Problem description: Look through the records below and collect all lines that hold the string "about".

Saved data entries
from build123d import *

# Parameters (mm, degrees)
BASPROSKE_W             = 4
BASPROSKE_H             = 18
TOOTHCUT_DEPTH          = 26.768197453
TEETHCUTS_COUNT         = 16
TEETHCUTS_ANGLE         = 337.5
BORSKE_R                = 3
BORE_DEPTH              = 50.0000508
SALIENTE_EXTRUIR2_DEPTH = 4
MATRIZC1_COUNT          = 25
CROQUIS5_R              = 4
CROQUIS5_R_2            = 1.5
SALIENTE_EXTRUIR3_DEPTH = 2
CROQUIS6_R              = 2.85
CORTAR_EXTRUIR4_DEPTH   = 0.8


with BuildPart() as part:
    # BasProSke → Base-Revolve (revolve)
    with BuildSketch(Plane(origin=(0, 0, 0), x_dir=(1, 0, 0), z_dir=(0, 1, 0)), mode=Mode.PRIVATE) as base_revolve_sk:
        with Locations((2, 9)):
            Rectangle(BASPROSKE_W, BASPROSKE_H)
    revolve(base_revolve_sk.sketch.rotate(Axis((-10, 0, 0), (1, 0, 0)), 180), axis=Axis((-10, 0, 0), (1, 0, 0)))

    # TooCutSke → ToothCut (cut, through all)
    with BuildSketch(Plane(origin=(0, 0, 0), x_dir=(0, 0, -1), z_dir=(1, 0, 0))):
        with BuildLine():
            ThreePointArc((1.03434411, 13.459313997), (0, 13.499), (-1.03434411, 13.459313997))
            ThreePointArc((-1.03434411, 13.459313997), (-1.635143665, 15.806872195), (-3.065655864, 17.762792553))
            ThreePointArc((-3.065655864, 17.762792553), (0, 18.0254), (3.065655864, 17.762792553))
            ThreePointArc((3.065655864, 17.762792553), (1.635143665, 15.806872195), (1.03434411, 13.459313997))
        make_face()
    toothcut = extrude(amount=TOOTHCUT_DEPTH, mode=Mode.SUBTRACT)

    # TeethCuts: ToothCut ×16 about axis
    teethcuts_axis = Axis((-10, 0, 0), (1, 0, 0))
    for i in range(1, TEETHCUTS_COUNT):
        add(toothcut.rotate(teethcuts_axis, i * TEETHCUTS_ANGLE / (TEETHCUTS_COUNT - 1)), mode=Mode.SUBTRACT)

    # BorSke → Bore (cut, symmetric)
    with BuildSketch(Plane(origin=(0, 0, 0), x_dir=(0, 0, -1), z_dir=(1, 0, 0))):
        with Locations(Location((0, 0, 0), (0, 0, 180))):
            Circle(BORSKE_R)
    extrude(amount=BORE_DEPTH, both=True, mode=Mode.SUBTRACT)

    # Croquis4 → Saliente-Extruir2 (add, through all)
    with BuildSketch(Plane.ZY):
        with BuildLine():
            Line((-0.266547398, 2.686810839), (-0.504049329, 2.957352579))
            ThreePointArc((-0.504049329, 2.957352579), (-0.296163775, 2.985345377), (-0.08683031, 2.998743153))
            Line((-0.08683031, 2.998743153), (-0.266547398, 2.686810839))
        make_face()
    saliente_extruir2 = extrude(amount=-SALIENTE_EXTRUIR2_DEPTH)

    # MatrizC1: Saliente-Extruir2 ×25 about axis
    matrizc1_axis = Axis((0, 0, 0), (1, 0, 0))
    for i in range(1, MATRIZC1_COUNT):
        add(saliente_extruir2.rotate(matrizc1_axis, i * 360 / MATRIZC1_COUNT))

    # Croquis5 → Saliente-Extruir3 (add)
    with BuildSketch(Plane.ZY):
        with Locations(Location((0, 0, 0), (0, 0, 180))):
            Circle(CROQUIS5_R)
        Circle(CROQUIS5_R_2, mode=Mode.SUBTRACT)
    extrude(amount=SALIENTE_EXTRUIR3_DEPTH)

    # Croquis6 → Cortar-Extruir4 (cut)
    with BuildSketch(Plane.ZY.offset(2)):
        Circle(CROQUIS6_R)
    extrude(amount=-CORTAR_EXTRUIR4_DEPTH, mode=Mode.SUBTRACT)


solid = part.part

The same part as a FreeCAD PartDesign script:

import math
import FreeCAD as App
import Part
import Sketcher

V = App.Vector


def add_polygon(sketch, points):
    """Adds a closed chain of lines whose ends are joined by coincident constraints."""
    first, n = sketch.GeometryCount, len(points)
    for a, b in zip(points, points[1:] + points[:1]):
        sketch.addGeometry(Part.LineSegment(App.Vector(*a, 0), App.Vector(*b, 0)), False)
    for i in range(n):
        sketch.addConstraint(Sketcher.Constraint("Coincident", first + i, 2, first + (i + 1) % n, 1))

doc = App.newDocument("Part")
body = doc.addObject("PartDesign::Body", "Body")

# Sketch on XZ plane
sketch1 = doc.addObject("Sketcher::SketchObject", "Sketch")
body.addObject(sketch1)
sketch1.AttachmentSupport = (doc.XZ_Plane, [""])
sketch1.MapMode = "FlatFace"
add_polygon(sketch1, [(0, -18), (0, 0), (4, 0), (4, -18)])  # lines 0-3
sketch1.addConstraint(Sketcher.Constraint("Vertical", 0))
sketch1.addConstraint(Sketcher.Constraint("Horizontal", 1))
sketch1.addConstraint(Sketcher.Constraint("Vertical", 2))
sketch1.addConstraint(Sketcher.Constraint("Horizontal", 3))
sketch1.addConstraint(Sketcher.Constraint("Coincident", 0, 2, -1, 1))
sketch1.addConstraint(Sketcher.Constraint("DistanceX", 1, 1, 1, 2, 4.0))
sketch1.addConstraint(Sketcher.Constraint("DistanceY", 0, 1, 0, 2, 18.0))
revolution = doc.addObject("PartDesign::Revolution", "Revolution")
body.addObject(revolution)
revolution.Profile = sketch1
revolution.ReferenceAxis = (sketch1, ["H_Axis"])
revolution.Angle = 360

# Sketch on YZ plane
sketch2 = doc.addObject("Sketcher::SketchObject", "Sketch001")
body.addObject(sketch2)
sketch2.AttachmentSupport = (doc.YZ_Plane, [""])
sketch2.MapMode = "FlatFace"
sketch2.addGeometry(Part.ArcOfCircle(Part.Circle(V(0, 0, 0), V(0, 0, 1), 13.499), math.radians(-4.394525), math.radians(4.394525)), False)
sketch2.addGeometry(Part.ArcOfCircle(Part.Circle(V(13.075007, -7.422795, 0), V(0, 0, 1), 6.4), math.radians(42.906426), math.radians(86.557431)), False)
sketch2.addGeometry(Part.ArcOfCircle(Part.Circle(V(0, 0, 0), V(0, 0, 1), 18.0254), math.radians(-9.792134), math.radians(9.792134)), False)
sketch2.addGeometry(Part.ArcOfCircle(Part.Circle(V(13.075007, 7.422795, 0), V(0, 0, 1), 6.4), math.radians(-86.557431), math.radians(-42.906426)), False)
sketch2.addConstraint(Sketcher.Constraint("Coincident", 0, 1, 1, 2))
sketch2.addConstraint(Sketcher.Constraint("Coincident", 1, 1, 2, 1))
sketch2.addConstraint(Sketcher.Constraint("Coincident", 2, 2, 3, 2))
sketch2.addConstraint(Sketcher.Constraint("Coincident", 3, 1, 0, 2))
sketch2.addConstraint(Sketcher.Constraint("Coincident", 0, 3, -1, 1))
sketch2.addConstraint(Sketcher.Constraint("Coincident", 2, 3, -1, 1))
sketch2.addConstraint(Sketcher.Constraint("Equal", 1, 3))
sketch2.addConstraint(Sketcher.Constraint("Symmetric", 1, 3, 3, 3, -1))
sketch2.addConstraint(Sketcher.Constraint("Radius", 1, 6.4))
sketch2.addConstraint(Sketcher.Constraint("Radius", 0, 13.499))
sketch2.addConstraint(Sketcher.Constraint("Radius", 2, 18.0254))
sketch2.addConstraint(Sketcher.Constraint("DistanceY", 0, 1, 2, 2, 4.1))
sketch2.addConstraint(Sketcher.Constraint("DistanceY", 1, 3, 3, 3, 14.84559))
pocket1 = doc.addObject("PartDesign::Pocket", "Pocket")
body.addObject(pocket1)
pocket1.Profile = sketch2
pocket1.Type = "ThroughAll"
pocket1.Reversed = True
doc.recompute()

polarpattern = doc.addObject("PartDesign::PolarPattern", "PolarPattern")
body.addObject(polarpattern)
polarpattern.Originals = [pocket1]
polarpattern.Axis = (doc.X_Axis, [""])
polarpattern.Angle = 360
polarpattern.Occurrences = 16
body.Tip = polarpattern

# Sketch on YZ plane
sketch3 = doc.addObject("Sketcher::SketchObject", "Sketch002")
body.addObject(sketch3)
sketch3.AttachmentSupport = (doc.YZ_Plane, [""])
sketch3.MapMode = "FlatFace"
sketch3.addGeometry(Part.Circle(V(0, 0, 0), V(0, 0, 1), 3), False)
sketch3.addConstraint(Sketcher.Constraint("Coincident", 0, 3, -1, 1))
sketch3.addConstraint(Sketcher.Constraint("Diameter", 0, 6.0))
pocket2 = doc.addObject("PartDesign::Pocket", "Pocket001")
body.addObject(pocket2)
pocket2.Profile = sketch3
pocket2.Length = 100.000102
pocket2.Midplane = True

# Sketch on YZ plane
sketch4 = doc.addObject("Sketcher::SketchObject", "Sketch003")
body.addObject(sketch4)
sketch4.AttachmentSupport = (doc.YZ_Plane, [""])
sketch4.MapMode = "FlatFace"
sketch4.addGeometry(Part.LineSegment(V(2.957353, -0.504049, 0), V(2.686811, -0.266547, 0)), False)
sketch4.addGeometry(Part.LineSegment(V(2.686811, -0.266547, 0), V(2.998743, -0.08683, 0)), False)
sketch4.addGeometry(Part.ArcOfCircle(Part.Circle(V(0, 0, 0), V(0, 0, 1), 3), math.radians(-9.672511), math.radians(-1.658568)), False)
sketch4.addConstraint(Sketcher.Constraint("Coincident", 0, 2, 1, 1))
sketch4.addConstraint(Sketcher.Constraint("Coincident", 1, 2, 2, 2))
sketch4.addConstraint(Sketcher.Constraint("Coincident", 2, 1, 0, 1))
sketch4.addConstraint(Sketcher.Constraint("Coincident", 2, 3, -1, 1))
sketch4.addConstraint(Sketcher.Constraint("Equal", 0, 1))
sketch4.addConstraint(Sketcher.Constraint("Radius", 2, 3.0))
sketch4.addConstraint(Sketcher.Constraint("Distance", 0, 0.36))
sketch4.addConstraint(Sketcher.Constraint("DistanceY", 2, 1, 0, 2, 0.237502))
sketch4.addConstraint(Sketcher.Constraint("DistanceX", -1, 1, 0, 2, 2.686811))
pad1 = doc.addObject("PartDesign::Pad", "Pad")
body.addObject(pad1)
pad1.Profile = sketch4
pad1.Length = 4
doc.recompute()

polarpattern2 = doc.addObject("PartDesign::PolarPattern", "PolarPattern001")
body.addObject(polarpattern2)
polarpattern2.Originals = [pad1]
polarpattern2.Axis = (doc.X_Axis, [""])
polarpattern2.Angle = 360
polarpattern2.Occurrences = 25
body.Tip = polarpattern2

# Sketch on YZ plane
sketch5 = doc.addObject("Sketcher::SketchObject", "Sketch004")
body.addObject(sketch5)
sketch5.AttachmentSupport = (doc.YZ_Plane, [""])
sketch5.MapMode = "FlatFace"
sketch5.addGeometry(Part.Circle(V(0, 0, 0), V(0, 0, 1), 4), False)
sketch5.addGeometry(Part.Circle(V(0, 0, 0), V(0, 0, 1), 1.5), False)
sketch5.addConstraint(Sketcher.Constraint("Coincident", 0, 3, -1, 1))
sketch5.addConstraint(Sketcher.Constraint("Coincident", 1, 3, -1, 1))
sketch5.addConstraint(Sketcher.Constraint("Diameter", 0, 8.0))
sketch5.addConstraint(Sketcher.Constraint("Diameter", 1, 3.0))
pad2 = doc.addObject("PartDesign::Pad", "Pad001")
body.addObject(pad2)
pad2.Profile = sketch5
pad2.Length = 2
pad2.Reversed = True

# Sketch on YZ plane
sketch6 = doc.addObject("Sketcher::SketchObject", "Sketch005")
body.addObject(sketch6)
sketch6.AttachmentSupport = (doc.YZ_Plane, [""])
sketch6.MapMode = "FlatFace"
sketch6.AttachmentOffset = App.Placement(V(0, 0, -2), App.Rotation())
sketch6.addGeometry(Part.Circle(V(0, 0, 0), V(0, 0, 1), 2.85), False)
sketch6.addConstraint(Sketcher.Constraint("Coincident", 0, 3, -1, 1))
sketch6.addConstraint(Sketcher.Constraint("Diameter", 0, 5.7))
pocket3 = doc.addObject("PartDesign::Pocket", "Pocket002")
body.addObject(pocket3)
pocket3.Profile = sketch6
pocket3.Length = 0.8
pocket3.Reversed = True

doc.recompute()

Answer to the problem:
    # TeethCuts: ToothCut ×16 about axis
    # MatrizC1: Saliente-Extruir2 ×25 about axis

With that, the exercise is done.